Horsefeathers. Rubbish. Twaddle.
The pork industry is financing an extensive ad campaign to defeat an initiative that would give some farm animals more room to stretch out.
Proposition 204 would make it illegal to confine a pig during pregnancy or any calf raised for veal for the majority of the day in any manner that precludes it from lying down, fully extending limbs or turning around freely. Farmers would have until 2013 to comply.
Opponents of the popular measure have started running radio and TV commercials decrying the measure as “hogwash.”
But despite the expensive ad blitz — which makes no mention of what the measure is or what it would do — those campaigning to keep the status quo have refused to let reporters see what’s at issue.
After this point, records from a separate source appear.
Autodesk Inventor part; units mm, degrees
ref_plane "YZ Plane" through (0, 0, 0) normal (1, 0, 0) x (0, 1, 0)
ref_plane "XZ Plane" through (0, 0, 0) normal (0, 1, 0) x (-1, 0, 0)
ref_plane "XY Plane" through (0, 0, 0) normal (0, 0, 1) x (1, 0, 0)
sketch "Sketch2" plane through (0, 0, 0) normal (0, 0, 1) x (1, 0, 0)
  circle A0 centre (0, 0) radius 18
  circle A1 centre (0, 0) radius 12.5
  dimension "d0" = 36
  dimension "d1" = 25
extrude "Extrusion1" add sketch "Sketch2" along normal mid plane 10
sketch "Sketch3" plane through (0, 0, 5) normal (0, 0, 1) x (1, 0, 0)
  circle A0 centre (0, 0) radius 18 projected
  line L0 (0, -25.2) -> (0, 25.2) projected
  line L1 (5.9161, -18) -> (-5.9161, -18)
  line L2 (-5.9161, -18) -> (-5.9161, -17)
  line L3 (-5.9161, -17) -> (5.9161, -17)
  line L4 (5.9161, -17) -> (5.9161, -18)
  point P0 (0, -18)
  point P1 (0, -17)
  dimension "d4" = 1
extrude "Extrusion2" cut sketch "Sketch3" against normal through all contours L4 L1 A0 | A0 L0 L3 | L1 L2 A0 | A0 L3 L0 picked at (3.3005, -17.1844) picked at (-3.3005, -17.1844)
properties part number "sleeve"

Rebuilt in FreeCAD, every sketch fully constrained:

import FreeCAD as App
import Part
import Sketcher
from FreeCAD import Vector


def add_polygon(sketch, points):
    """Adds a closed chain of lines whose ends are joined by coincident constraints."""
    first, n = sketch.GeometryCount, len(points)
    for a, b in zip(points, points[1:] + points[:1]):
        sketch.addGeometry(Part.LineSegment(App.Vector(*a, 0), App.Vector(*b, 0)), False)
    for i in range(n):
        sketch.addConstraint(Sketcher.Constraint("Coincident", first + i, 2, first + (i + 1) % n, 1))

doc = App.newDocument("Part")
params = doc.addObject("Spreadsheet::Sheet", "Params")
for row, (alias, value) in enumerate([
    ("sketch1_diameter", "36 mm"),
    ("sketch1_diameter2", "25 mm"),
    ("pad1_length", "10 mm"),
    ("sketch2_height", "1 mm"),
], start=1):
    params.set(f"A{row}", alias)
    params.set(f"B{row}", "=" + value)
    params.setAlias(f"B{row}", alias)

body = doc.addObject("PartDesign::Body", "Body")

sketch1 = body.newObject("Sketcher::SketchObject", "Sketch")
sketch1.AttachmentSupport = (doc.getObject("XY_Plane"), [""])
sketch1.MapMode = "FlatFace"
sketch1.addGeometry(Part.Circle(Vector(0, 0, 0), Vector(0, 0, 1), 18), False)
sketch1.addGeometry(Part.Circle(Vector(0, 0, 0), Vector(0, 0, 1), 12), False)
sketch1.addConstraint(Sketcher.Constraint("Coincident", 0, 3, -1, 1))
sketch1.addConstraint(Sketcher.Constraint("Coincident", 1, 3, -1, 1))
sketch1.addConstraint(Sketcher.Constraint("Diameter", 0, 36.0))
sketch1.addConstraint(Sketcher.Constraint("Diameter", 1, 25.0))
sketch1.setExpression("Constraints[2]", "Params.sketch1_diameter")
sketch1.setExpression("Constraints[3]", "Params.sketch1_diameter2")
pad1 = body.newObject("PartDesign::Pad", "Pad")
pad1.Profile = sketch1
pad1.setExpression("Length", "Params.pad1_length")
pad1.Midplane = True

sketch2 = body.newObject("Sketcher::SketchObject", "Sketch001")
sketch2.AttachmentSupport = (doc.getObject("XY_Plane"), [""])
sketch2.MapMode = "FlatFace"
sketch2.AttachmentOffset = App.Placement(Vector(0, 0, 5), App.Rotation())
add_polygon(sketch2, [(5.9, -18), (5.9, -17), (-5.9, -17), (-5.9, -18)])
sketch2.addConstraint(Sketcher.Constraint("Vertical", 0))
sketch2.addConstraint(Sketcher.Constraint("Horizontal", 1))
sketch2.addConstraint(Sketcher.Constraint("Vertical", 2))
sketch2.addConstraint(Sketcher.Constraint("Horizontal", 3))
sketch2.addConstraint(Sketcher.Constraint("DistanceY", 0, 1, 0, 2, 1.0))
sketch2.addConstraint(Sketcher.Constraint("DistanceY", 0, 2, -1, 1, 17.0))
sketch2.addConstraint(Sketcher.Constraint("DistanceX", 1, 2, 1, 1, 11.8322))
sketch2.addConstraint(Sketcher.Constraint("DistanceX", -1, 1, 0, 2, 5.916))
sketch2.setExpression("Constraints[8]", "Params.sketch2_height")
pocket1 = body.newObject("PartDesign::Pocket", "Pocket")
pocket1.Profile = sketch2
pocket1.Type = "ThroughAll"

doc.recompute()
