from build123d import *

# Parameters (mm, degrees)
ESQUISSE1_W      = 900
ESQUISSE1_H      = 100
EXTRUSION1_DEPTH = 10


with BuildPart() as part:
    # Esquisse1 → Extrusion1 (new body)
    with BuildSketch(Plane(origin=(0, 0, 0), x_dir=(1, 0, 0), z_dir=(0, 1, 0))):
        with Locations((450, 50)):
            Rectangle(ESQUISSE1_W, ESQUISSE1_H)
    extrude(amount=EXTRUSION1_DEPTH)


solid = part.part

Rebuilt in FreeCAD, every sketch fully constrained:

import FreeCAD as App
import Part
import Sketcher


def add_polygon(sketch, points):
    """Adds a closed chain of lines whose ends are joined by coincident constraints."""
    first, n = sketch.GeometryCount, len(points)
    for a, b in zip(points, points[1:] + points[:1]):
        sketch.addGeometry(Part.LineSegment(App.Vector(*a, 0), App.Vector(*b, 0)), False)
    for i in range(n):
        sketch.addConstraint(Sketcher.Constraint("Coincident", first + i, 2, first + (i + 1) % n, 1))

doc = App.newDocument("Part")
body = doc.addObject("PartDesign::Body", "Body")

# Sketch on XZ plane
sketch1 = body.newObject("Sketcher::SketchObject", "Sketch")
sketch1.AttachmentSupport = (doc.getObject("XZ_Plane"), [""])
sketch1.MapMode = "FlatFace"
add_polygon(sketch1, [(0, -100), (0, 0), (900, 0), (900, -100)])  # lines 0-3
sketch1.addConstraint([
    Sketcher.Constraint("Vertical", 0),
    Sketcher.Constraint("Horizontal", 1),
    Sketcher.Constraint("Vertical", 2),
    Sketcher.Constraint("Horizontal", 3),
    Sketcher.Constraint("Coincident", 0, 2, -1, 1),
    Sketcher.Constraint("DistanceX", 1, 1, 1, 2, 900.0),
    Sketcher.Constraint("DistanceY", 0, 1, 0, 2, 100.0),
])
pad1 = body.newObject("PartDesign::Pad", "Pad")
pad1.Profile = sketch1
pad1.Length = 10
pad1.Reversed = True

doc.recompute()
In Arizona, the only effect would be on pigs, as there is no veal industry here. And it would affect only a single company: PFFJ — it stands for “Pigs for Farmer John’’ — in Snowflake.
Capitol Media Services was not allowed to visit the facility and see the animals in the pens that would be outlawed.
Campaign consultant Ian Calkins, whose firm crafted the ads, said allowing reporters into the plant would create safety issues, as they could bring in diseases.
But Calkins’ firm, Copper State Consulting, did get company approval to send its own crew into the facility to videotape conditions there. He said the media will have to rely on that video.
The anti-204 efforts follow a statewide poll in March that showed 57 percent of those asked strongly support the initiative with 21 percent saying they are somewhat in support. Only 13 percent somewhat or strongly opposed.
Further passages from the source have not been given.